The Role of Indoleamine 2,3-Dioxygenase in Renal Tubular Epithelial Cells Senescence under Anoxia or Reoxygenation.

机构信息

Department of Nephrology, Faculty of Medicine, University of Thessaly, 41110 Larissa, Greece.

出版信息

Biomolecules. 2021 Oct 15;11(10):1522. doi: 10.3390/biom11101522.

DOI:10.3390/biom11101522
PMID:34680153
原文链接:https://pmc.ncbi.nlm.nih.gov/articles/PMC8533884/
Abstract

Ischemia-reperfusion injury is the commonest form of acute kidney injury (AKI). Tubular epithelial cell senescence contributes to incomplete recovery from AKI and predisposes to subsequent chronic kidney disease. In cultures of primary proximal renal tubular epithelial cells (RPTECs) subjected to anoxia or reoxygenation, we evaluated the role of indoleamine 2,3-dioxygenase 1 (IDO) in cellular senescence. Proteins of interest were assessed with Western blotting or enzyme-linked immunosorbent assay or histochemically. Under anoxia or reoxygenation, IDO expression and activity were increased. Moreover, the two IDO-derived pathways, the general control nonderepressible 2 kinase (GCN2K) pathway and the aryl-hydrocarbon receptor (AhR) pathway, were also activated. A DNA damage response (DDR) took place and led to increased levels of the cell-cycle inhibitors p21 and p16, and senescence-associated β-galactosidase (SA-β-Gal) activity.
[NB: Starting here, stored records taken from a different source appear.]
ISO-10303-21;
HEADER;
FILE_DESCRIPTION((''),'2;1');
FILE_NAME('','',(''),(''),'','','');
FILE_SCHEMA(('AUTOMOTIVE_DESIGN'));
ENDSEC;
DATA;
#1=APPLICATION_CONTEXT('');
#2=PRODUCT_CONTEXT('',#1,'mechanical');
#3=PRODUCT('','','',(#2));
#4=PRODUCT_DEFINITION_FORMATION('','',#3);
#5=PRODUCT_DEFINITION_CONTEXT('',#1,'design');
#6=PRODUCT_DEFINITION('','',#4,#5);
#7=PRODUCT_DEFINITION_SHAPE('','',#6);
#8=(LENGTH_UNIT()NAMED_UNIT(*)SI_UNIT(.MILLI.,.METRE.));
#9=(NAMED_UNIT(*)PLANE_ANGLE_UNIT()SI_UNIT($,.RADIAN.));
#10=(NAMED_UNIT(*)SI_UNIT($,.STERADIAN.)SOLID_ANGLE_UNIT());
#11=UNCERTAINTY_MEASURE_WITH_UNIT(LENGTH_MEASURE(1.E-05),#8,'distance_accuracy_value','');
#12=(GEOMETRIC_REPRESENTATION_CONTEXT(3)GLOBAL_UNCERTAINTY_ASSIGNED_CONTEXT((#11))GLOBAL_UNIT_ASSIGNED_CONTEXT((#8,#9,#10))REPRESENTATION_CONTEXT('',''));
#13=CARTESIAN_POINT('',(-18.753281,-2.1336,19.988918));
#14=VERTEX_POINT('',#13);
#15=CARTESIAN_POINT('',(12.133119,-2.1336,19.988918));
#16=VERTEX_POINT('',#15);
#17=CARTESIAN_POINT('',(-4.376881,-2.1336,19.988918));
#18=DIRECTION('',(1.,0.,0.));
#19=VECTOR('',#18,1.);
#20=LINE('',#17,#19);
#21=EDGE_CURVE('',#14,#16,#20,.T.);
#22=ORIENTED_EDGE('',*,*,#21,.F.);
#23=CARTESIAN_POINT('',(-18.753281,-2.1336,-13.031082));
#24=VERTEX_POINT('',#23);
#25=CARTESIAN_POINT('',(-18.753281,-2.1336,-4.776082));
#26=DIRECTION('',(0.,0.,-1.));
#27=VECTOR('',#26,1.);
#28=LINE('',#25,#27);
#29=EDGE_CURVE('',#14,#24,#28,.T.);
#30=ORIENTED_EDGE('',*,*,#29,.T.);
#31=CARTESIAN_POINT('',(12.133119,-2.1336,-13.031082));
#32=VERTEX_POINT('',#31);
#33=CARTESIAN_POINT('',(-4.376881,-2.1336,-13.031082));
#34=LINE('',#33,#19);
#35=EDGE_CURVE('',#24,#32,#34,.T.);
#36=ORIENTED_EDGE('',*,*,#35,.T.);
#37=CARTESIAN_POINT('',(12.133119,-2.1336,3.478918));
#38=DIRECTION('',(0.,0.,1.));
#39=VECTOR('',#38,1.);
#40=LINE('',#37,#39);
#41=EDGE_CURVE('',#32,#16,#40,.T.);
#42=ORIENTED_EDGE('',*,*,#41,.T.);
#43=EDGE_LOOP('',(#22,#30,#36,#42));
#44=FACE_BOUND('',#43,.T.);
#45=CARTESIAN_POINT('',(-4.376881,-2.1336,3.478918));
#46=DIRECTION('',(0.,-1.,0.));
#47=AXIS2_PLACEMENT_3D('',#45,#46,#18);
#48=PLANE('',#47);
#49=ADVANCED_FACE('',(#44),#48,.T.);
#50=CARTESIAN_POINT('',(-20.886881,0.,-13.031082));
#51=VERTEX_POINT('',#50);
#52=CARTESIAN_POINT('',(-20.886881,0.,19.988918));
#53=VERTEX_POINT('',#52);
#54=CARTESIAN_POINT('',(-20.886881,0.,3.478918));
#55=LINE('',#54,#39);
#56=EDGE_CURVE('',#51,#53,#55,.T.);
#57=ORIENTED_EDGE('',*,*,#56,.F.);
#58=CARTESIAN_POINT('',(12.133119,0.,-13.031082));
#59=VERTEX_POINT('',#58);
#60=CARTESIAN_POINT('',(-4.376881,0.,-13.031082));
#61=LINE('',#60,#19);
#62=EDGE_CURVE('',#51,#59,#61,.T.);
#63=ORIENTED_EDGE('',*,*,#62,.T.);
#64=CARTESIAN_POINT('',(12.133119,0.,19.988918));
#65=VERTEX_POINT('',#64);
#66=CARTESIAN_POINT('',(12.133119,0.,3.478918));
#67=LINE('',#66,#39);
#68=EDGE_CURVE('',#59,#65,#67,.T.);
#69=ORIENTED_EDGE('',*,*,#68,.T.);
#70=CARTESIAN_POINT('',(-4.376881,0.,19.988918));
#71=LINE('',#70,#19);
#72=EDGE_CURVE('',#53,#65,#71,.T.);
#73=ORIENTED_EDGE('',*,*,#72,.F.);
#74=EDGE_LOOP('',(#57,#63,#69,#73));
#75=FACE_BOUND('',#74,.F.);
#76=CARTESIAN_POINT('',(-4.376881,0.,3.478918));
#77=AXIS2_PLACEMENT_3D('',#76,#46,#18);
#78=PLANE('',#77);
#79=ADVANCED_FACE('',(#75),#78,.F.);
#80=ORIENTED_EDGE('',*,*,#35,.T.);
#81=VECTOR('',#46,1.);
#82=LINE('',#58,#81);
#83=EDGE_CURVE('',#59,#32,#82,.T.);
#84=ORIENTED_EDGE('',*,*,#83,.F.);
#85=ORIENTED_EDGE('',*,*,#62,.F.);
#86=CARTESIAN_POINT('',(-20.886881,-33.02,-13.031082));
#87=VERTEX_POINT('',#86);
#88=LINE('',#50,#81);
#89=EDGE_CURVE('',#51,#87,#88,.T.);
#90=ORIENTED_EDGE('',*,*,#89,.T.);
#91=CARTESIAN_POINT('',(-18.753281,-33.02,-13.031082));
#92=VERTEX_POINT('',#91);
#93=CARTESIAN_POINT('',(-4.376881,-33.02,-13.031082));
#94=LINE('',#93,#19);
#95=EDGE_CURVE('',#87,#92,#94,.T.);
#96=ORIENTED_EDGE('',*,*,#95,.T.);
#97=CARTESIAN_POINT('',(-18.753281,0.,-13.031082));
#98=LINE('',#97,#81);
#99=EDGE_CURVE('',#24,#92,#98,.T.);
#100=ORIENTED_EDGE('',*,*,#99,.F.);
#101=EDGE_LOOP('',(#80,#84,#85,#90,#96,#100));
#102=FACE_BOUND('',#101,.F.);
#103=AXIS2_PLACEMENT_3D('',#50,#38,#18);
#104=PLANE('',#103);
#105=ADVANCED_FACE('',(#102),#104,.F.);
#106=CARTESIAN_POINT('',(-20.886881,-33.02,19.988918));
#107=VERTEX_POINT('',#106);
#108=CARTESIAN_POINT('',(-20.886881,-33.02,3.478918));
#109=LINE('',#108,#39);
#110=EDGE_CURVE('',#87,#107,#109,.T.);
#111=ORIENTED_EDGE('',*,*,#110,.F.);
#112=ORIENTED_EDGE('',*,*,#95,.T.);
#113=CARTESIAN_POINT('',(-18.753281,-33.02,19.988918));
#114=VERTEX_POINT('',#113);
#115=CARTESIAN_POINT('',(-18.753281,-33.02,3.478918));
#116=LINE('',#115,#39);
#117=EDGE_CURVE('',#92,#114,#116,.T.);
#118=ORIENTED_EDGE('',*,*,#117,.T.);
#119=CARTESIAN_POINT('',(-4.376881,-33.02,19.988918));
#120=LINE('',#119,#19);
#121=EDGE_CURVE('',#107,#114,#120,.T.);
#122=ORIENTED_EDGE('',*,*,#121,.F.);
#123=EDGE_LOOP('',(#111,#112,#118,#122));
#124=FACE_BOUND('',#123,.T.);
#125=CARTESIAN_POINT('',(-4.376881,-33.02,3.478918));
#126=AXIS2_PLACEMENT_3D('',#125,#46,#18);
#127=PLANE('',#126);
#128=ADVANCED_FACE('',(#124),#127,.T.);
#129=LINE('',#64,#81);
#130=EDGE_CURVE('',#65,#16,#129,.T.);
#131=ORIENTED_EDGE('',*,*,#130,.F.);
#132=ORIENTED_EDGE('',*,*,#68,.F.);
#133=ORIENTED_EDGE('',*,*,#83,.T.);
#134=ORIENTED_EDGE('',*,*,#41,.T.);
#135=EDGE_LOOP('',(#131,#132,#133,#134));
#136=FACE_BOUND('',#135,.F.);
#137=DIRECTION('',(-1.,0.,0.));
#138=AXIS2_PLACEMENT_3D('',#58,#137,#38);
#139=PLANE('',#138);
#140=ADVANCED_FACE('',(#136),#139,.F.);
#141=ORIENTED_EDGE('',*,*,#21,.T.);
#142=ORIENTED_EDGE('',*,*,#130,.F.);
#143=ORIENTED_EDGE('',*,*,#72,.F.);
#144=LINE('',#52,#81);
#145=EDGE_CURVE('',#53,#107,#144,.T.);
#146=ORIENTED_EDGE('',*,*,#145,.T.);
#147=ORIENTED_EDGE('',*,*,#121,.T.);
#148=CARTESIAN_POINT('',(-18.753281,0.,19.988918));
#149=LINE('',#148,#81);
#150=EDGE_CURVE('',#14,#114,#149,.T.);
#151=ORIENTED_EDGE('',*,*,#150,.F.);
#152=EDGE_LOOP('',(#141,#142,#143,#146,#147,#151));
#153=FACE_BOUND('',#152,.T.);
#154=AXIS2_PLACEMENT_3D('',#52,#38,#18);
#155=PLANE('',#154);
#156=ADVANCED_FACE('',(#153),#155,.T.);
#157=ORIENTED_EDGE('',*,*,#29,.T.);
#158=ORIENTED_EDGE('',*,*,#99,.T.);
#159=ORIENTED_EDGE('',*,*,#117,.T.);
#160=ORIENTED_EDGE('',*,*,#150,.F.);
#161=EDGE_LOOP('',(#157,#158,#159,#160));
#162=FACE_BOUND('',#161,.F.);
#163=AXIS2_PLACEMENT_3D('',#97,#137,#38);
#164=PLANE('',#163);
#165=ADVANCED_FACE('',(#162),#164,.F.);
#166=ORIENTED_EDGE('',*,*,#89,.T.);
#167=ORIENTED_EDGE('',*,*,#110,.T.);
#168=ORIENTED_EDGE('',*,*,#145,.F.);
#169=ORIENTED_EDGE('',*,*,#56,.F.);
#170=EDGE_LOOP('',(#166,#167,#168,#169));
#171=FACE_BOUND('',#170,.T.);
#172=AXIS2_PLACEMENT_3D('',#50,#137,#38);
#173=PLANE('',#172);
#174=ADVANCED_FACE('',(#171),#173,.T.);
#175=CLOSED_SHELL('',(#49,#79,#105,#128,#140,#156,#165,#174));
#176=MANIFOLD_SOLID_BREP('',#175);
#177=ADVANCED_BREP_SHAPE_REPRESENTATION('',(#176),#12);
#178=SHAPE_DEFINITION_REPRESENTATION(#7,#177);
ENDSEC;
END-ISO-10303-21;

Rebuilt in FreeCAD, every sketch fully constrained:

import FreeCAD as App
import Part
import Sketcher

V = App.Vector
Q = App.Units.Quantity


def faces_at(feature, points):
    """Names of the faces that lie closest to the given points."""
    faces = feature.Shape.Faces
    near = lambda p: min(range(len(faces)), key=lambda i: faces[i].distToShape(Part.Vertex(*p))[0])
    return sorted({f"Face{near(p) + 1}" for p in points})


def add_polygon(sketch, points):
    """Adds a closed chain of lines whose ends are joined by coincident constraints."""
    first, n = sketch.GeometryCount, len(points)
    for a, b in zip(points, points[1:] + points[:1]):
        sketch.addGeometry(Part.LineSegment(App.Vector(*a, 0), App.Vector(*b, 0)), False)
    for i in range(n):
        sketch.addConstraint(Sketcher.Constraint("Coincident", first + i, 2, first + (i + 1) % n, 1))

doc = App.newDocument("Part")
body = doc.addObject("PartDesign::Body", "Body")

sketch1 = body.newObject("Sketcher::SketchObject", "Sketch")
sketch1.AttachmentSupport = (doc.getObject("XZ_Plane"), [""])
sketch1.MapMode = "FlatFace"
add_polygon(sketch1, [(-21, 20), (-21, -13), (12, -13), (12, 20)])
sketch1.addConstraint(Sketcher.Constraint("Vertical", 0))
sketch1.addConstraint(Sketcher.Constraint("Horizontal", 1))
sketch1.addConstraint(Sketcher.Constraint("Vertical", 2))
sketch1.addConstraint(Sketcher.Constraint("Horizontal", 3))
sketch1.addConstraint(Sketcher.Constraint("Equal", 3, 0))
sketch1.addConstraint(Sketcher.Constraint("DistanceX", 1, 1, 1, 2, Q("1.3 in")))
sketch1.addConstraint(Sketcher.Constraint("DistanceX", 0, 2, -1, 1, Q("20.886881 mm")))
sketch1.addConstraint(Sketcher.Constraint("DistanceY", -1, 1, 2, 2, Q("19.988918 mm")))
pad1 = body.newObject("PartDesign::Pad", "Pad")
pad1.Profile = sketch1
pad1.Length = Q("1.3 in")
doc.recompute()

thickness = body.newObject("PartDesign::Thickness", "Thickness")
thickness.Base = (pad1, faces_at(pad1, [
    (-4.377, -16.51, -13.031),
    (12.133, -16.51, 3.479),
    (-4.377, -33.02, 3.479),
    (-4.377, -16.51, 19.989),
]))
thickness.Value = Q("0.084 in")
thickness.Reversed = True
thickness.Join = "Arc"

doc.recompute()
Cell proliferation was inhibited, and more IL-6 was produced. The IDO inhibitor 1-DL-methyl-tryptophan ameliorated the DDR; decreased p21, p16, and SA-β-Gal activity; restored cell proliferation; and decreased IL-6 production. The AhR inhibitor CH223191 did not affect the above parameters. In conclusion, anoxia and the subsequent reoxygenation upregulate IDO. IDO depletes tryptophan and activates GCN2K. The latter enhances the anoxia- or reoxygenation-induced DDR, resulting in increased p21 and p16 expression and eventually leading to RPTEC senescence. Since cellular senescence affects AKI outcome, the role of IDO in cellular senescence and the possible therapeutic role of IDO inhibitors deserve further investigation.

摘要

缺血再灌注损伤是急性肾损伤(AKI)最常见的形式。肾小管上皮细胞衰老导致 AKI 不完全恢复,并易继发慢性肾脏病。在缺氧或复氧培养的原代近端肾小管上皮细胞(RPTEC)中,我们评估了色氨酸 2,3-双加氧酶 1(IDO)在细胞衰老中的作用。用 Western blot 或酶联免疫吸附试验或组织化学法评估感兴趣的蛋白。在缺氧或复氧下,IDO 表达和活性增加。此外,两种 IDO 衍生途径,一般控制非抑制 2 激酶(GCN2K)途径和芳香烃受体(AhR)途径,也被激活。发生 DNA 损伤反应(DDR),导致细胞周期抑制剂 p21 和 p16 水平升高,以及衰老相关 β-半乳糖苷酶(SA-β-Gal)活性增加。细胞增殖受到抑制,更多的 IL-6 产生。IDO 抑制剂 1-DL-甲基-色氨酸改善了 DDR;降低了 p21、p16 和 SA-β-Gal 活性;恢复了细胞增殖;并减少了 IL-6 的产生。AhR 抑制剂 CH223191 不影响上述参数。总之,缺氧和随后的复氧上调 IDO。IDO 消耗色氨酸并激活 GCN2K。后者增强了缺氧或复氧诱导的 DDR,导致 p21 和 p16 表达增加,最终导致 RPTEC 衰老。由于细胞衰老影响 AKI 结局,IDO 在细胞衰老中的作用以及 IDO 抑制剂的可能治疗作用值得进一步研究。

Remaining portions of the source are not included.